— PROBLEM DETAILS —
Begin with the first line of the entries below. Copy each line exactly, stopping after the one that contains "v25 (38.1,304.8,152.264498)".
┌─ RECORDS FOR PROCESSING
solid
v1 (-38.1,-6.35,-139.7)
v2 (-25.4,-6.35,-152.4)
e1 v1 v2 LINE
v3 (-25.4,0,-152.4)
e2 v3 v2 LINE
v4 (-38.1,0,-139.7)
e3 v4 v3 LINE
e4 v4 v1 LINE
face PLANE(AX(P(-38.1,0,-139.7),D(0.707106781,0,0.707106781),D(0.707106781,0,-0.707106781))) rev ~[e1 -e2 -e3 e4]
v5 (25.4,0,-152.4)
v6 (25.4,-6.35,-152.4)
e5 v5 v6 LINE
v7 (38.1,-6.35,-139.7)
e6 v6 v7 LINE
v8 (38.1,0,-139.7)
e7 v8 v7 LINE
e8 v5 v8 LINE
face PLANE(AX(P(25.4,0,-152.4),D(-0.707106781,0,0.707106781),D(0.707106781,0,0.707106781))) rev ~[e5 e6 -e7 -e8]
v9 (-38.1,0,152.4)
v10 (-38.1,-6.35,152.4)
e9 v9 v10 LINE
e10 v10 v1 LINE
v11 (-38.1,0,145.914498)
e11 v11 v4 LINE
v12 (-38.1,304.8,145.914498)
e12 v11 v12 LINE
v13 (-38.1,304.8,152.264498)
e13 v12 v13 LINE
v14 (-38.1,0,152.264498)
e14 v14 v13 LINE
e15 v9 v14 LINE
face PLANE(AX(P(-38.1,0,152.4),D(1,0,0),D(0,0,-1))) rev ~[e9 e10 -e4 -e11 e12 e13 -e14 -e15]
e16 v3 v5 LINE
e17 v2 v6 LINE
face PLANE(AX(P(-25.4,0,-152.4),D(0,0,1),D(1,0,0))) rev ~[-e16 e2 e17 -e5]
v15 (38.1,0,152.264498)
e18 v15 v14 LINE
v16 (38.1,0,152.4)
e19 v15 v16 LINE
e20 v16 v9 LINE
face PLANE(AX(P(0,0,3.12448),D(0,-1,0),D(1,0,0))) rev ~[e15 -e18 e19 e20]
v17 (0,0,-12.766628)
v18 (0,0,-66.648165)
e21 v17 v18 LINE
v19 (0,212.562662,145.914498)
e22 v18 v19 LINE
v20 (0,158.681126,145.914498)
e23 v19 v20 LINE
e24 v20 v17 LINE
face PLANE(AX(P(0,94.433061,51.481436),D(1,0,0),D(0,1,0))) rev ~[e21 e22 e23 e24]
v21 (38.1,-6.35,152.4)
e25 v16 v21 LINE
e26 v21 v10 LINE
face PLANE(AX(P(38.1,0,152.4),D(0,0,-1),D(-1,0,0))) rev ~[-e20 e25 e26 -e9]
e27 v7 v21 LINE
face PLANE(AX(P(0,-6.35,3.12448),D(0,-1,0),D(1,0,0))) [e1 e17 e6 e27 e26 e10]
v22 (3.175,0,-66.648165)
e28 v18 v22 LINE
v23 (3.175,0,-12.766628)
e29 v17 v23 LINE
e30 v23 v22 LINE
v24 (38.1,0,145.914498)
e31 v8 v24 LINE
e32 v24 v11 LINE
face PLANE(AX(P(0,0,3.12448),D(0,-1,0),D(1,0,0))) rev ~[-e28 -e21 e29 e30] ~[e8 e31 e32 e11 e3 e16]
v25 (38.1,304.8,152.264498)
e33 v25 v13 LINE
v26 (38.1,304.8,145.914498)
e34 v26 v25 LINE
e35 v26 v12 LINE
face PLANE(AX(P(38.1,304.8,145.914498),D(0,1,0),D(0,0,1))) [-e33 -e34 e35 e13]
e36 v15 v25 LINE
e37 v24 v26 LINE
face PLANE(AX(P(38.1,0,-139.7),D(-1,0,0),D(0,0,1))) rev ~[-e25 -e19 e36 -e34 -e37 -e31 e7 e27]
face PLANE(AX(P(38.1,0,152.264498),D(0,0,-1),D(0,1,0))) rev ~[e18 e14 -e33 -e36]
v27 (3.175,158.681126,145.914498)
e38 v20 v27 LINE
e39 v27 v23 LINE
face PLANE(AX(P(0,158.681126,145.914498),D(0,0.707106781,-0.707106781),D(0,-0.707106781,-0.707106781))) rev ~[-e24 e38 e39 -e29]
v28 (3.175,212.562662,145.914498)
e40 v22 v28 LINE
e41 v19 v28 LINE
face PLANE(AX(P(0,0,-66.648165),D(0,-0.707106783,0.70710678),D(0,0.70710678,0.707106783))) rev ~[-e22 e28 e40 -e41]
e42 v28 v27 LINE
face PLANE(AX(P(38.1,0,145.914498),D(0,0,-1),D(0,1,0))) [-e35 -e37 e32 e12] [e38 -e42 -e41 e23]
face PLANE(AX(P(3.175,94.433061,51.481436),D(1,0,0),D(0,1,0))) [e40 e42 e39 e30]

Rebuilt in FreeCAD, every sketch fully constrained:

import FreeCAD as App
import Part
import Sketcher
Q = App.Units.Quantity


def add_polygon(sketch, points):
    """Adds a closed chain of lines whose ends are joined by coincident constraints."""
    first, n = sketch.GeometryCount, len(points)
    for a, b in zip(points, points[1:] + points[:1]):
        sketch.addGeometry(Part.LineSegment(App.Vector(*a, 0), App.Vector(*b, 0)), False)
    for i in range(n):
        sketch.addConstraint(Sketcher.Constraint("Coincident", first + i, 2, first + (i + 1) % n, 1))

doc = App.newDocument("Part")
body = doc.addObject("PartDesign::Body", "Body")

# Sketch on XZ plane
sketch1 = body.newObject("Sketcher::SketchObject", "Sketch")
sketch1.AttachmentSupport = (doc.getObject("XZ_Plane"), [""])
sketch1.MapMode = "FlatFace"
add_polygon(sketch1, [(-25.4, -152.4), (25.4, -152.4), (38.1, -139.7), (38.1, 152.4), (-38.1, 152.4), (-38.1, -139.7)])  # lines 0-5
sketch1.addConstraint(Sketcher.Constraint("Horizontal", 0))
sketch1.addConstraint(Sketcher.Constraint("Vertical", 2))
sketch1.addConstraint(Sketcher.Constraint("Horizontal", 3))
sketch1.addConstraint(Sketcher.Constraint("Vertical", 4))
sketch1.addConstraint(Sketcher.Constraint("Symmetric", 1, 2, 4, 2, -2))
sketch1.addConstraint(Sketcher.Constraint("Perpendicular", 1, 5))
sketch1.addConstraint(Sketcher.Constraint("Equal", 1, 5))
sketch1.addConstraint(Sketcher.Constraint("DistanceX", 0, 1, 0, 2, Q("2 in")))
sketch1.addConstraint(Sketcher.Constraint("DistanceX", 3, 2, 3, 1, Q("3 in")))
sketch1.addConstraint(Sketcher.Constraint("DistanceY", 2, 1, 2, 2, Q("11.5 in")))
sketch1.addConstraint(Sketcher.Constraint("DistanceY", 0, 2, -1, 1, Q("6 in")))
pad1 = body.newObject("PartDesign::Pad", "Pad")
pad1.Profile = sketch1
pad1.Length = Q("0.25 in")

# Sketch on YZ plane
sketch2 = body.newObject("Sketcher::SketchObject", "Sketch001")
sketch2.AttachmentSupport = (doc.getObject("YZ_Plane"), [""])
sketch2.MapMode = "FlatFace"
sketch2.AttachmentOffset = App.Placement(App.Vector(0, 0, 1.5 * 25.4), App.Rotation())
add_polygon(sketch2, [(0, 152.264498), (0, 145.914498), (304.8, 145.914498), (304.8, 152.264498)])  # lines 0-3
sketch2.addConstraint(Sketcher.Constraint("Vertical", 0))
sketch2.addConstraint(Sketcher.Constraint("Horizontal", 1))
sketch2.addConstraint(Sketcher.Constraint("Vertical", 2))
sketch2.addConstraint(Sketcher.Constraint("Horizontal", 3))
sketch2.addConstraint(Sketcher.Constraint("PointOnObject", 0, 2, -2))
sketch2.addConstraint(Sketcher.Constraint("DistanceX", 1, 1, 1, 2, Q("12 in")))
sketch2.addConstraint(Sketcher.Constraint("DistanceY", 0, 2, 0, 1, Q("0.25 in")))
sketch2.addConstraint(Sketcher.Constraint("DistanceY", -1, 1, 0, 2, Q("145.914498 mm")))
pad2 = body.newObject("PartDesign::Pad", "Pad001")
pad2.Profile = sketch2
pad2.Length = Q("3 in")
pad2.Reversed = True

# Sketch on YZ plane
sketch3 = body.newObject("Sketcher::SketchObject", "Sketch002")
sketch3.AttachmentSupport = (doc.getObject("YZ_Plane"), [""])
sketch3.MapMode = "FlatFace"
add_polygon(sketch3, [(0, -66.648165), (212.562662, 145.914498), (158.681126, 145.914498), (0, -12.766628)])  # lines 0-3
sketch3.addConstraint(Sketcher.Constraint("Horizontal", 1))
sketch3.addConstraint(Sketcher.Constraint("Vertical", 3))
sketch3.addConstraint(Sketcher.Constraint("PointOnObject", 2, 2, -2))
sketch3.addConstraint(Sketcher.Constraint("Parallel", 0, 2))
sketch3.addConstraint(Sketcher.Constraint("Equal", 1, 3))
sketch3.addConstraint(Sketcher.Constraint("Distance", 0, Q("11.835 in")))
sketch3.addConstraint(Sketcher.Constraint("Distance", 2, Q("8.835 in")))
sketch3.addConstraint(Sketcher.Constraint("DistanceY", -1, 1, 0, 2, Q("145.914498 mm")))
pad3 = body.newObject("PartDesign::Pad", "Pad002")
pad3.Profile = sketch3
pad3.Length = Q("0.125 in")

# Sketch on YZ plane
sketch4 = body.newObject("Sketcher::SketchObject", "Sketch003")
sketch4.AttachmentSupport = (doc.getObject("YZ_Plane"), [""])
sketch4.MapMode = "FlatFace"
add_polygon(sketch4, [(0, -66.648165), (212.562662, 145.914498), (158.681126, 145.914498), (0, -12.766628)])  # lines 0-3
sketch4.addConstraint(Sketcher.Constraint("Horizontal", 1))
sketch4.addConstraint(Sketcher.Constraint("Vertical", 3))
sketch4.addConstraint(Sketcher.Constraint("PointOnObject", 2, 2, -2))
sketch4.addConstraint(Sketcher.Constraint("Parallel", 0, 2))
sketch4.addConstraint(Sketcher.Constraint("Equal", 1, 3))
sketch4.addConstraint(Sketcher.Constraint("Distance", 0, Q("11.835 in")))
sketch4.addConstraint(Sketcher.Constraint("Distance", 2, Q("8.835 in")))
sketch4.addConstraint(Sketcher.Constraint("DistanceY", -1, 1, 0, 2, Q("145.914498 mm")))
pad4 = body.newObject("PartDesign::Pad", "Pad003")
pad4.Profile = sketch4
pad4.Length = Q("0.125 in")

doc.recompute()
└─
— SOLUTION —
solid
v1 (-38.1,-6.35,-139.7)
v2 (-25.4,-6.35,-152.4)
e1 v1 v2 LINE
v3 (-25.4,0,-152.4)
e2 v3 v2 LINE
v4 (-38.1,0,-139.7)
e3 v4 v3 LINE
e4 v4 v1 LINE
face PLANE(AX(P(-38.1,0,-139.7),D(0.707106781,0,0.707106781),D(0.707106781,0,-0.707106781))) rev ~[e1 -e2 -e3 e4]
v5 (25.4,0,-152.4)
v6 (25.4,-6.35,-152.4)
e5 v5 v6 LINE
v7 (38.1,-6.35,-139.7)
e6 v6 v7 LINE
v8 (38.1,0,-139.7)
e7 v8 v7 LINE
e8 v5 v8 LINE
face PLANE(AX(P(25.4,0,-152.4),D(-0.707106781,0,0.707106781),D(0.707106781,0,0.707106781))) rev ~[e5 e6 -e7 -e8]
v9 (-38.1,0,152.4)
v10 (-38.1,-6.35,152.4)
e9 v9 v10 LINE
e10 v10 v1 LINE
v11 (-38.1,0,145.914498)
e11 v11 v4 LINE
v12 (-38.1,304.8,145.914498)
e12 v11 v12 LINE
v13 (-38.1,304.8,152.264498)
e13 v12 v13 LINE
v14 (-38.1,0,152.264498)
e14 v14 v13 LINE
e15 v9 v14 LINE
face PLANE(AX(P(-38.1,0,152.4),D(1,0,0),D(0,0,-1))) rev ~[e9 e10 -e4 -e11 e12 e13 -e14 -e15]
e16 v3 v5 LINE
e17 v2 v6 LINE
face PLANE(AX(P(-25.4,0,-152.4),D(0,0,1),D(1,0,0))) rev ~[-e16 e2 e17 -e5]
v15 (38.1,0,152.264498)
e18 v15 v14 LINE
v16 (38.1,0,152.4)
e19 v15 v16 LINE
e20 v16 v9 LINE
face PLANE(AX(P(0,0,3.12448),D(0,-1,0),D(1,0,0))) rev ~[e15 -e18 e19 e20]
v17 (0,0,-12.766628)
v18 (0,0,-66.648165)
e21 v17 v18 LINE
v19 (0,212.562662,145.914498)
e22 v18 v19 LINE
v20 (0,158.681126,145.914498)
e23 v19 v20 LINE
e24 v20 v17 LINE
face PLANE(AX(P(0,94.433061,51.481436),D(1,0,0),D(0,1,0))) rev ~[e21 e22 e23 e24]
v21 (38.1,-6.35,152.4)
e25 v16 v21 LINE
e26 v21 v10 LINE
face PLANE(AX(P(38.1,0,152.4),D(0,0,-1),D(-1,0,0))) rev ~[-e20 e25 e26 -e9]
e27 v7 v21 LINE
face PLANE(AX(P(0,-6.35,3.12448),D(0,-1,0),D(1,0,0))) [e1 e17 e6 e27 e26 e10]
v22 (3.175,0,-66.648165)
e28 v18 v22 LINE
v23 (3.175,0,-12.766628)
e29 v17 v23 LINE
e30 v23 v22 LINE
v24 (38.1,0,145.914498)
e31 v8 v24 LINE
e32 v24 v11 LINE
face PLANE(AX(P(0,0,3.12448),D(0,-1,0),D(1,0,0))) rev ~[-e28 -e21 e29 e30] ~[e8 e31 e32 e11 e3 e16]
v25 (38.1,304.8,152.264498)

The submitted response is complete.